Insert the plate into the measurement system. Connect the pacer to the insert and insert it into the culture plate. Open the program IonWizard.

Click OK.Open a new file by clicking on the File icon, then click New. Select Collect Experiment to check if the program is on the correct experiment skeletal sarcomere. To change the experiment, click on the desired experiment and then press Add.

Apply the settings SARC 20X, average lines, single FFT, 250 hertz sampling rate, and an acquisition time of 10 seconds. Change the measurement system temperature to 25 degrees Celsius. Click on the open cell finder to create a new screen popup.

Select Plate Type and Active Wells. Focus the fibers by adjusting the focus slider bar. Enable the pacing to induce electrical stimulation and observe fiber twitching.

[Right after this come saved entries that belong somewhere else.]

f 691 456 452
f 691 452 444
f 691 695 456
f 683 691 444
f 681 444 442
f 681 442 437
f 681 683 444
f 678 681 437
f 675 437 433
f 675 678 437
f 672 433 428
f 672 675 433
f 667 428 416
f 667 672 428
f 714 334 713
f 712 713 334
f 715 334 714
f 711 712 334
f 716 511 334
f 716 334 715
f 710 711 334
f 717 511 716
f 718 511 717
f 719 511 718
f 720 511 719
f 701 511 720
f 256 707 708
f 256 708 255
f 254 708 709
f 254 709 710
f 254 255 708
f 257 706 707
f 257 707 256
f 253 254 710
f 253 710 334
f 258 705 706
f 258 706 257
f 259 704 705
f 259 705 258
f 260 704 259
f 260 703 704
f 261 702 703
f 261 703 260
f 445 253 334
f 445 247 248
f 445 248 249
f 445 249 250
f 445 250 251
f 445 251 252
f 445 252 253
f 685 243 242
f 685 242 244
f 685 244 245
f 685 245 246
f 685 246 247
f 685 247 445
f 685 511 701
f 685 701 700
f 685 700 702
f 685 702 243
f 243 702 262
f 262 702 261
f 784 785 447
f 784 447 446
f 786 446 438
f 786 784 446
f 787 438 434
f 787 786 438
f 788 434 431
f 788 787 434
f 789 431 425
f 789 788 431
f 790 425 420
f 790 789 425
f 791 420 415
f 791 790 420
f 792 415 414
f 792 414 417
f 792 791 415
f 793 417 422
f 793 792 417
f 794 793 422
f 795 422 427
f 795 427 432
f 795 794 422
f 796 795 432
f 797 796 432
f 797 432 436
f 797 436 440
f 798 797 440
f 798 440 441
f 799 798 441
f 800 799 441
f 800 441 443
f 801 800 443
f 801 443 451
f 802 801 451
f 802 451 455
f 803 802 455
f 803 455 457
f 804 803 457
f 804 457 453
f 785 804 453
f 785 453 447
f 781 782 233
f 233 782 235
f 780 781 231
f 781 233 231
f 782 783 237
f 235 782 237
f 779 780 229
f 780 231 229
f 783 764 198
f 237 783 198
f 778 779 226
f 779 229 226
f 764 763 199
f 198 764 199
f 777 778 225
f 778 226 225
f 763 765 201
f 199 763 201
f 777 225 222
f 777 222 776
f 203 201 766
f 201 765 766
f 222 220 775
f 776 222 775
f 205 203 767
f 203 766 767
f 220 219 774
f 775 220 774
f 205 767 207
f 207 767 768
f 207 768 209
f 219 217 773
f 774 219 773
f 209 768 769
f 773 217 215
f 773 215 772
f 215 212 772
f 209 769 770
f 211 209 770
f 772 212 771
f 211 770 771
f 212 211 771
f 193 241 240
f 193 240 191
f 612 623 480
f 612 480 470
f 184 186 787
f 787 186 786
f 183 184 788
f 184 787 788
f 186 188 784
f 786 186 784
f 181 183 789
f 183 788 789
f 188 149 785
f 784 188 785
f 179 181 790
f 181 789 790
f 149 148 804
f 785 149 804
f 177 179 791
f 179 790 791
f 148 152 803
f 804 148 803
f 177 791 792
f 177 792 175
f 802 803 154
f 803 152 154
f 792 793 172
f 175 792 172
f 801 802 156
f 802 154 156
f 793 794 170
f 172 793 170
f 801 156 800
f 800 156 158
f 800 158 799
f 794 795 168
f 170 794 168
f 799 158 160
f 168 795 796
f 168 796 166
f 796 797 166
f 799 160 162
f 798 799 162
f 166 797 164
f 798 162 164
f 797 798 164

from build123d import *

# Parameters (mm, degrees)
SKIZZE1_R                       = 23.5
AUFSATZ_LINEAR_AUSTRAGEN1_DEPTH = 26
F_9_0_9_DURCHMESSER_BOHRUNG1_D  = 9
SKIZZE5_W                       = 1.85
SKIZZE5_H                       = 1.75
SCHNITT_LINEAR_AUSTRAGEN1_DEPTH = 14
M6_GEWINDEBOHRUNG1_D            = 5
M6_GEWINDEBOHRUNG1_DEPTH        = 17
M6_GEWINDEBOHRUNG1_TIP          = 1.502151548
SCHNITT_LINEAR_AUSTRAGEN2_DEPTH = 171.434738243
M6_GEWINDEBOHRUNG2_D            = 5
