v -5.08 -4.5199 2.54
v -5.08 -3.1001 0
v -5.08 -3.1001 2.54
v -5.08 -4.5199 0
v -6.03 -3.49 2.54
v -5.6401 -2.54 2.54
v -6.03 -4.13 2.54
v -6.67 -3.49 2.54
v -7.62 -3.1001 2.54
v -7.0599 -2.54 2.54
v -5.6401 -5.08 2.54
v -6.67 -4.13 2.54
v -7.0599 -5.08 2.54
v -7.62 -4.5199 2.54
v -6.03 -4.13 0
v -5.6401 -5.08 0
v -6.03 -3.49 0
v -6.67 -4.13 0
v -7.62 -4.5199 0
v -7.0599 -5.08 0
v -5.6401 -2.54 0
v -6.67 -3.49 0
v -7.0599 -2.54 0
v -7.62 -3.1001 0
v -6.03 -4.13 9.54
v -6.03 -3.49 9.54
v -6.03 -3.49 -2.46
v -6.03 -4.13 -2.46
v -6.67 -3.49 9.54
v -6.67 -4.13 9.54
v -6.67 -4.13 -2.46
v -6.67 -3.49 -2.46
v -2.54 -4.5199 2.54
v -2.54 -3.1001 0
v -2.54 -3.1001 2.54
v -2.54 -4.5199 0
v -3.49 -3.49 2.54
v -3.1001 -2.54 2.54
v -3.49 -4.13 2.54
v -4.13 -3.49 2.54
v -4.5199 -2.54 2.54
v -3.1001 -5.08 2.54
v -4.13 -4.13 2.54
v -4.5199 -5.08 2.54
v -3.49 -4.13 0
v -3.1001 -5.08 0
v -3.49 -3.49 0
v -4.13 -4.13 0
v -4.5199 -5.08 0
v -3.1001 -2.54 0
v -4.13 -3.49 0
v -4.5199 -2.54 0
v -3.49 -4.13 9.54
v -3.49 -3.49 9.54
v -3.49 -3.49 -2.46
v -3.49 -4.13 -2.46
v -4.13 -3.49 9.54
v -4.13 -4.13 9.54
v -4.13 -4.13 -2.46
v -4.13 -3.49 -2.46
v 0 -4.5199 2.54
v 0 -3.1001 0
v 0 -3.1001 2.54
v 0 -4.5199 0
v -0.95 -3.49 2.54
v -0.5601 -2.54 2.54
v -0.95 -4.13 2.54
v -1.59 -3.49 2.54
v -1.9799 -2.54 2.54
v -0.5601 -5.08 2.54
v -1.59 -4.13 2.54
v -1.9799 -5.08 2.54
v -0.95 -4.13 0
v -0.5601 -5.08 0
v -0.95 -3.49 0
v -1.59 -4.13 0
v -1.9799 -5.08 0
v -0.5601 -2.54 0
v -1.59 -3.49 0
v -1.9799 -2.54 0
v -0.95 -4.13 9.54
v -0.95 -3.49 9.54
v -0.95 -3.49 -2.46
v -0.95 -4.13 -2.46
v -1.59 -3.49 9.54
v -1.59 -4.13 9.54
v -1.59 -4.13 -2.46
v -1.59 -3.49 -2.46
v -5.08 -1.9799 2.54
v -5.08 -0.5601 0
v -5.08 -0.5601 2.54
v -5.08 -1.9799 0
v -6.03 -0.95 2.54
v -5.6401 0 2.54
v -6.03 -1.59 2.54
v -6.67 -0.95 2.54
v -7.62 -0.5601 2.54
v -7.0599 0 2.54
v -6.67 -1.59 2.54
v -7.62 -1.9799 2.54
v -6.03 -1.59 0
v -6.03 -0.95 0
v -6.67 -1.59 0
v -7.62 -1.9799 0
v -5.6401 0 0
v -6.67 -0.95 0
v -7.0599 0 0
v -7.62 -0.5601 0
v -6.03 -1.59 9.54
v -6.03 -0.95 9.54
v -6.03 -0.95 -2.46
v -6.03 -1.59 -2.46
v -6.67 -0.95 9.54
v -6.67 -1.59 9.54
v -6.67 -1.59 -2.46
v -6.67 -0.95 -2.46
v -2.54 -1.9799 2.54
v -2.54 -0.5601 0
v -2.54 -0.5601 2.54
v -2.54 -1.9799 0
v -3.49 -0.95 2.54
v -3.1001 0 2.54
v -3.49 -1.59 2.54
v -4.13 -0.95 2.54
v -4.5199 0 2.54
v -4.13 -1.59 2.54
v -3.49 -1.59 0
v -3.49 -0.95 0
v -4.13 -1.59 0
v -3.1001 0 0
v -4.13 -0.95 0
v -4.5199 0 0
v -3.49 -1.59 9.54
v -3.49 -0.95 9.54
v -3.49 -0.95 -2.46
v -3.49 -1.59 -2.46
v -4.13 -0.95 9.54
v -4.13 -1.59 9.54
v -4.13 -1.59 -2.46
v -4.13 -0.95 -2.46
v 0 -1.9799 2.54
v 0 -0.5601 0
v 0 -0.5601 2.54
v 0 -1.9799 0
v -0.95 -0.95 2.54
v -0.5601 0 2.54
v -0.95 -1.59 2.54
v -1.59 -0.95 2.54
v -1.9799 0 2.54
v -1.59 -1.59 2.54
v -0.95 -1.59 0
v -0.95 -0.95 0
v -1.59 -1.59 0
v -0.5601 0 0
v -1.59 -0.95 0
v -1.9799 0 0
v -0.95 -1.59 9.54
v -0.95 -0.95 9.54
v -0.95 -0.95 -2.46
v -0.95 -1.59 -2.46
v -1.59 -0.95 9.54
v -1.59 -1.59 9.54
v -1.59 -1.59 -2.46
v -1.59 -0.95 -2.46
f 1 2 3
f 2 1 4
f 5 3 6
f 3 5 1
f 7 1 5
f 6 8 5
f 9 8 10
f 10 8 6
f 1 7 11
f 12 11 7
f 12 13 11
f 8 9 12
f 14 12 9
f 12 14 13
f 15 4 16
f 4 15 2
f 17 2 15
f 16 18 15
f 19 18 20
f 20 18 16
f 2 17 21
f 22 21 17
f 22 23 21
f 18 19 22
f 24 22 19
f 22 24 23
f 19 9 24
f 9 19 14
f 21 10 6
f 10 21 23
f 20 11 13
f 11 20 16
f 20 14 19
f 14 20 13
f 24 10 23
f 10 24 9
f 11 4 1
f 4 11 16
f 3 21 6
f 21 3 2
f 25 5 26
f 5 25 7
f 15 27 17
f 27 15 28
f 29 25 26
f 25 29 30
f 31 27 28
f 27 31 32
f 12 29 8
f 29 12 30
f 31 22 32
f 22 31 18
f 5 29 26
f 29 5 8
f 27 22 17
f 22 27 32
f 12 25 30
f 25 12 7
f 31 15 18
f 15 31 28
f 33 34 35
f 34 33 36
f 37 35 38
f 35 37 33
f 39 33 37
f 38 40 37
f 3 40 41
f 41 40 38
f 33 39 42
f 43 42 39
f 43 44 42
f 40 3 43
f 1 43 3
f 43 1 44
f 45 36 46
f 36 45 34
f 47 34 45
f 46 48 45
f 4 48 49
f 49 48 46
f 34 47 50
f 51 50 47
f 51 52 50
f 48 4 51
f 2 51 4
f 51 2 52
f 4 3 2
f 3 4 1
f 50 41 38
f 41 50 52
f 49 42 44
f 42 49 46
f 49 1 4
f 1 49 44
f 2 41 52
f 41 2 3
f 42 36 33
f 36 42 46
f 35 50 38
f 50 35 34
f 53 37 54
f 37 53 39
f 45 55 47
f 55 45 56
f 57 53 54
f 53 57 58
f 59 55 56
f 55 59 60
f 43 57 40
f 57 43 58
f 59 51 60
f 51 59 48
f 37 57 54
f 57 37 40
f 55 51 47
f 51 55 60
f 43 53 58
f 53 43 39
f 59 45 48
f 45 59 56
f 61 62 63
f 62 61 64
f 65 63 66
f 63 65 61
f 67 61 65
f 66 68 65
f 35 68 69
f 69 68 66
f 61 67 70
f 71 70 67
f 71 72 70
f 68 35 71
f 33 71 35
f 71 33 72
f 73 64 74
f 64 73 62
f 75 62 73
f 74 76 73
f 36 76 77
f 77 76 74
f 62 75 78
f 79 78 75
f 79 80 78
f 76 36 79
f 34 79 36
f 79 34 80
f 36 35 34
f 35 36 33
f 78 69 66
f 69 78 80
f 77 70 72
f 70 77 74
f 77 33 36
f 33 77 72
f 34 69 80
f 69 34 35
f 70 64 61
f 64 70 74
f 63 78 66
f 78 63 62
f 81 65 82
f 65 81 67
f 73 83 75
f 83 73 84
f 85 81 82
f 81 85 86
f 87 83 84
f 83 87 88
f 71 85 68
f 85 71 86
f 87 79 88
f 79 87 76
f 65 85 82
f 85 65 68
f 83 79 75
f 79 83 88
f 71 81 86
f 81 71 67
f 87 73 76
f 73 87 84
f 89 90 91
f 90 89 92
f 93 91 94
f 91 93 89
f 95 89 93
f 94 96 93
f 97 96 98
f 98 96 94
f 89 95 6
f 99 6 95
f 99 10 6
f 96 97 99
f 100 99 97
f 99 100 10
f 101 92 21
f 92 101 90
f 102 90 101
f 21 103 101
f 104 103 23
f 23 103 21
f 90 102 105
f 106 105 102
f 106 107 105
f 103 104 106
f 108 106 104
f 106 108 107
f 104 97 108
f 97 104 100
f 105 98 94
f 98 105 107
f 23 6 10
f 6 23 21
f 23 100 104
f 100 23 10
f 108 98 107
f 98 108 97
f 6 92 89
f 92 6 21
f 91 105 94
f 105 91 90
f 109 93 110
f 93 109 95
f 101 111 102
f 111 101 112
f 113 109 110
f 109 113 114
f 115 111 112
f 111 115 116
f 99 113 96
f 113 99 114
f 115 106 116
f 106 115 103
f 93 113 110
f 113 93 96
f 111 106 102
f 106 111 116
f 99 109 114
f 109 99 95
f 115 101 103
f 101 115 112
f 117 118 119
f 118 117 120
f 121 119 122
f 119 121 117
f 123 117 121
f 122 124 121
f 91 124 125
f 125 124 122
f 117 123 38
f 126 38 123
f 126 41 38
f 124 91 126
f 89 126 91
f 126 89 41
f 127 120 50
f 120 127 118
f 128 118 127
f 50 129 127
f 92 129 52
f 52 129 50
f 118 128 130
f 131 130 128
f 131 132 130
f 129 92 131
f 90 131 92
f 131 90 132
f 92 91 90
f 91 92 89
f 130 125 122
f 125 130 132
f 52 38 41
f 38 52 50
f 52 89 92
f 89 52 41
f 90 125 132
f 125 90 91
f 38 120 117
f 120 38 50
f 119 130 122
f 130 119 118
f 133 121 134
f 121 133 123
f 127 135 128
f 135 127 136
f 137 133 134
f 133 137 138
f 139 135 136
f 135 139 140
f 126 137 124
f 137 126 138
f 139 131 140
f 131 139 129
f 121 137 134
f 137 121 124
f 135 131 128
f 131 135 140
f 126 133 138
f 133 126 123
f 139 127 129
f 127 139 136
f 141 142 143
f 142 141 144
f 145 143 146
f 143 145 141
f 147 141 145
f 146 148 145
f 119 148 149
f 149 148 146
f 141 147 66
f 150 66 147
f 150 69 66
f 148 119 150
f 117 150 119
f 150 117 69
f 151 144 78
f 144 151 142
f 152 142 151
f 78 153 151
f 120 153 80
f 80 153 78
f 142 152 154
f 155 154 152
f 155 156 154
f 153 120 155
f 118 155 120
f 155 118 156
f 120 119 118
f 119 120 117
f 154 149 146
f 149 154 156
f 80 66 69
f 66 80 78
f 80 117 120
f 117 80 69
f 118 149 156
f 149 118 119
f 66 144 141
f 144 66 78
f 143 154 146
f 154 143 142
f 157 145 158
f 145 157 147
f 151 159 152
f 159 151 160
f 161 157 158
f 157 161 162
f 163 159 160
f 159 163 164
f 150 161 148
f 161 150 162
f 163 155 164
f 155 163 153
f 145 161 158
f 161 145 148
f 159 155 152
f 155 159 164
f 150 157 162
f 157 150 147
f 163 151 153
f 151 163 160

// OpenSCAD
// pin_headers.scad
//
// Model of through-hole pin headers.
//
// Units are metric
//
// "height" is the total length of the pin. Default is 12mm.
// "upper" is the length of the pin above the stopper. Default is 7mm.
// "rows" is the number of rows. Default is 3.
// "cols" is the number of columns. Default is 2.
//
// Examples:
// pin_header( 12, 7, 2, 5);
// pin_header( rows=5 cols=1 );
// By Paul McGovern

module off_pin_header(height=12, upper=7, rows=3, cols=2) {
cl = 2.54;
translate( [ -(rows * cl/2 ), -(cols * cl/2 ), 0 ] )
pin_header(height, upper, rows,cols);
}

module pin_header( height=12, upper=7, rows=3, cols=2 ) {

        cl = 2.54;

        translate( [ -(rows * cl/2 ) + cl /2, -(cols * cl/2 ) + cl /2, 0 ] ) {

                for( col = [0: cols -1 ] ) {
                        for( row = [0 : rows -1 ] ) {

                                translate( [ cl * row , cl * col, 0] ) {
        
                                        color( "gray" )
                                                translate( [0,0, cl / 2]) {
                                                        intersection() {
                                                                cube( [ cl, cl, cl ], center=true );
                                                                rotate( [0, 0, 45] ) cube( [ 2.8, 2.8, cl ], center=true );
                                                }
                                }

                                color( "gold" ) {
                                        translate( [0,0, (upper - ( height/2 )) + cl ] ) {
                                                union() {
                                                        cube( [0.64,0.64,height], center=true );
                                                        translate( [0,0, height/2 ] ) scale( 0.64 ) _pin_point();
                                                        translate( [0,0, -height/2 ] ) scale( 0.64 )        rotate([180,0,0] )_pin_point();
                                                }
                                        }
                                }
                        }
                }
        }
}
}

module _pin_point() {
        translate( [-0.5,-0.5, 0])
                polyhedron(
                        points=[[0,0,0],[0,1,0],[1,1,0],[1,0,0],[0.5,0.5,0.5]],
                        triangles=[[0,1,2],[0,2,3],[0,1,4],[1,2,4],[2,3,4],[3,0,4]]);
}

off_pin_header();
%pin_header();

Keeping the sarcomeres in focus, ensure the measurement area is fixated on the fiber end such that the sarcomeres run vertically. When the sarcomeres are focused, a single peak is visible in the toolbar which will move to the right upon contraction. Measure the fibers on the measuring system.

Clicks Start to begin the experiment. Press the Q key to start measuring 10 contraction transients. If more than four transients look noise free, accept the measurement by pressing the Z key.

If the transients contain too much noise, reject the measurements. Press Stop to close the cell finder window once the experiment concludes. Save the file and create a new file.

Open the program CytoSolver desktop, then click on Import and select the files to be analyzed. Once analysis is complete, identify the blue, red, and gray peaks. Click on Export.

Select the boxes titled Average to Transient Data and export to Excel. A higher percentage of usable contractile muscle measurements was obtained in the 3D fibrin hydrogel since it prevented lateral movements and other influencing factors. Fiber embedding had no significant effect on the maximum contraction speed or the sarcomere shortening.

Reduced contraction in the pure basement matrix was observed likely due to gel stiffness or increased cell matrix interaction. Similarly, basement matrix embedding also reduced sarcomere shortening compared to the fibrin hydrogel. It's important to remember that the isolated muscle fibers are quite fragile and extra care should be taken not to damage them during pipetting.

After the isolation procedure, methods such as immunostaining, protein and RNA isolation may also be performed. The development of this technique has opened up new possibilities to study mature muscle fiber function in a high throughput manner.